CNN Correspondent Gary Tuchman toured the islands in the storm's aftermath, noting extensive -- but not catastrophic -- damage.

"We've seen roofs off but very few homes actually totaled," he said. "And that's partly because of the very strict building codes here."

On Monday, the National Hurricane Center in Miami, Florida, reported Fabian was weakening as it continued to move toward the north Atlantic. At 11 a.m. EDT, the storm was about 680 miles (1,088 kilometers) east of Cape Race, Newfoundland, moving toward the northeast near 39 mph (63 km/h).

Fabian's strong winds decreased to near 75 mph (120 km/h). Forecasters said they expect Fabian to lose its tropical status Monday.

Scott said a hurricane had not killed anyone in Bermuda since a Category 3 storm scored a direct hit in 1926.

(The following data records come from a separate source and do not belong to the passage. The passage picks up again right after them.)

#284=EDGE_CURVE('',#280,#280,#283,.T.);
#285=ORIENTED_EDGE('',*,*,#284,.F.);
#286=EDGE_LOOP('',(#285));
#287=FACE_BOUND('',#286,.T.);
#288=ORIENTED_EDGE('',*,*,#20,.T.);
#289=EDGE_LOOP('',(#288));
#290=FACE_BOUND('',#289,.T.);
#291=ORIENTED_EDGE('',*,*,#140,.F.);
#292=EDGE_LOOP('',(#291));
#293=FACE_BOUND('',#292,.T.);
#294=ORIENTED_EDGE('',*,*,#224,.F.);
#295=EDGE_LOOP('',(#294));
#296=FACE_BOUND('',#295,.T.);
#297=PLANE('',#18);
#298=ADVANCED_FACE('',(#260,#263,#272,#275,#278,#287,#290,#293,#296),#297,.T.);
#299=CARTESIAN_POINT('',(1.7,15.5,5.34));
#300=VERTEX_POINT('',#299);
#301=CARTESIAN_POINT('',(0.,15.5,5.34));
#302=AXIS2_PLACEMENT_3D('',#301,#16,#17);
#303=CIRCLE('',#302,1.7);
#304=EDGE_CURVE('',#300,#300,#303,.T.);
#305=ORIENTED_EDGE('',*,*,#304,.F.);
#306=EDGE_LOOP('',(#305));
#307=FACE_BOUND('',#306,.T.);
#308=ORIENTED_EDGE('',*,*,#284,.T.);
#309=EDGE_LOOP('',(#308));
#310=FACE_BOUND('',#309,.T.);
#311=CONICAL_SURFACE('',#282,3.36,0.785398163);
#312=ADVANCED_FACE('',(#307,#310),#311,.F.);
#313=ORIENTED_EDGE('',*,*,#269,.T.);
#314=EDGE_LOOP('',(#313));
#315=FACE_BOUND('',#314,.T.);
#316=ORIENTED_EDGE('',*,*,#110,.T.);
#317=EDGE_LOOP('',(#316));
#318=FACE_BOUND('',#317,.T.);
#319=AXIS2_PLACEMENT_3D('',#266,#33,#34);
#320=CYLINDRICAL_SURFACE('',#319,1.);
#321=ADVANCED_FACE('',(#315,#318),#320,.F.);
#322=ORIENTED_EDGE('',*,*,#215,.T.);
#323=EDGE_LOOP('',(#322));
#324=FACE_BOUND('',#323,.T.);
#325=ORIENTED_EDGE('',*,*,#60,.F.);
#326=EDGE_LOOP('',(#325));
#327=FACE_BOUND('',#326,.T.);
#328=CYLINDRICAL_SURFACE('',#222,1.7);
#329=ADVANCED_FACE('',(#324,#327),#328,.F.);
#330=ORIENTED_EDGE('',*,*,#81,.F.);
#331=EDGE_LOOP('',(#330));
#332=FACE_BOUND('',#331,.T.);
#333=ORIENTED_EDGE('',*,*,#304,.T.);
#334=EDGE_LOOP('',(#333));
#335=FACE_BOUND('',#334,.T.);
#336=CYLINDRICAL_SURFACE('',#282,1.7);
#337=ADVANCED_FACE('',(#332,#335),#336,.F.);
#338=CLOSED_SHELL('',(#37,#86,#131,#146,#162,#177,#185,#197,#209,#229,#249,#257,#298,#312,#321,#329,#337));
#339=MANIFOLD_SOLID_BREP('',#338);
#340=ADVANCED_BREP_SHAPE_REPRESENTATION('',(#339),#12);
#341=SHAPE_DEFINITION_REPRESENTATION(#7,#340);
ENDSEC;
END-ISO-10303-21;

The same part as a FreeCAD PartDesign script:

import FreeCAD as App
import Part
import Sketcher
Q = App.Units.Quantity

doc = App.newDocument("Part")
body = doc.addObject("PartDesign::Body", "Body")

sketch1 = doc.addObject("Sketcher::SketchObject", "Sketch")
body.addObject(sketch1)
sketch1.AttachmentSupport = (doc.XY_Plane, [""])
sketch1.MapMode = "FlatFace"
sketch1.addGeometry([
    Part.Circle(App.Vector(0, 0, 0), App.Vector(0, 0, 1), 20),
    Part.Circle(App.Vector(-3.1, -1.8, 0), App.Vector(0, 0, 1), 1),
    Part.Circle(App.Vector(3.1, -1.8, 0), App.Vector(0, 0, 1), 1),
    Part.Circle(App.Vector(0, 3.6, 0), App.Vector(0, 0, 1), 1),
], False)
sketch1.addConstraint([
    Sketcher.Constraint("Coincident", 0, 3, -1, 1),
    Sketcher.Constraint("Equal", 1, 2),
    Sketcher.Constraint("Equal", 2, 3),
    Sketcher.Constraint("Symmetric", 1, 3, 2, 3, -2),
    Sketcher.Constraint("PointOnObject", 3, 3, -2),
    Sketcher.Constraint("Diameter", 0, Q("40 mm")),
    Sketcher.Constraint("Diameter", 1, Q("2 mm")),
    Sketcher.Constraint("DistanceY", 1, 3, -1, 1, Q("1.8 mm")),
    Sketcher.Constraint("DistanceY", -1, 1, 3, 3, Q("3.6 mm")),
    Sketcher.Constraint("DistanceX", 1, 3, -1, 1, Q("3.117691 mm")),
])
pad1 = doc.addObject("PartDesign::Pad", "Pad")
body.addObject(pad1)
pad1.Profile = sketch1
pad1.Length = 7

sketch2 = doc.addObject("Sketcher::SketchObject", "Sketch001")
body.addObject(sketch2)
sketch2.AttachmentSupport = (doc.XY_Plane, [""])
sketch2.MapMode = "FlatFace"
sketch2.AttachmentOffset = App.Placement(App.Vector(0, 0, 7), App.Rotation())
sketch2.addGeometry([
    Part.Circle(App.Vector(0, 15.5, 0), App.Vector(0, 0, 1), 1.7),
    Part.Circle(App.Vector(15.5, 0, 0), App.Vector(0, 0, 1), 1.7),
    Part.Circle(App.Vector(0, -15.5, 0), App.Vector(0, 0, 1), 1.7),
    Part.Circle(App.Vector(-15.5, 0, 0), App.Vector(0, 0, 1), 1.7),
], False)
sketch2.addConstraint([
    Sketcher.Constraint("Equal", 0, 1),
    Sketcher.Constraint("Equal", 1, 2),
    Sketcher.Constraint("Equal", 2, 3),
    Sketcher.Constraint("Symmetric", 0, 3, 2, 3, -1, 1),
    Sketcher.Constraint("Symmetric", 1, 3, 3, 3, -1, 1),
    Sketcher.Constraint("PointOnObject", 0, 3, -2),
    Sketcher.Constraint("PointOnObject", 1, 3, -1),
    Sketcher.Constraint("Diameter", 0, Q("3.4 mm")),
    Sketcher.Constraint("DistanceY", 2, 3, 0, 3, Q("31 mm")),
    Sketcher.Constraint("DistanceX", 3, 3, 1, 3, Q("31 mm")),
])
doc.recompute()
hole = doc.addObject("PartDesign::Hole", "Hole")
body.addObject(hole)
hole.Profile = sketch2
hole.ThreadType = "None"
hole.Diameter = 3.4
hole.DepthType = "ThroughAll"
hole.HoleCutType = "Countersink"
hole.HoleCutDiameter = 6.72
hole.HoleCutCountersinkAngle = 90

Bermuda is no stranger to tropical weather, but it rarely has suffered a direct hit from a storm of Fabian's magnitude. Fabian was a Category 3 storm on the Saffir-Simpson scale measuring hurricane strength. Hurricanes are ranked 1 to 5 on the scale.

Hurricane Arlene, a Category 2 storm, hit the islands with 100 mph (160 km/h) winds in 1963, and Emily -- a Category 1 with 90 mph winds -- caused millions of dollars in damage with a direct hit in 1987. No hurricane had struck the island since then.

A Category 2 storm directly hit the islands in 1948 with 100 mph (160 km/h) winds, and the 1926 storm, at 121 mph (194 km/h), was only slightly stronger than Fabian.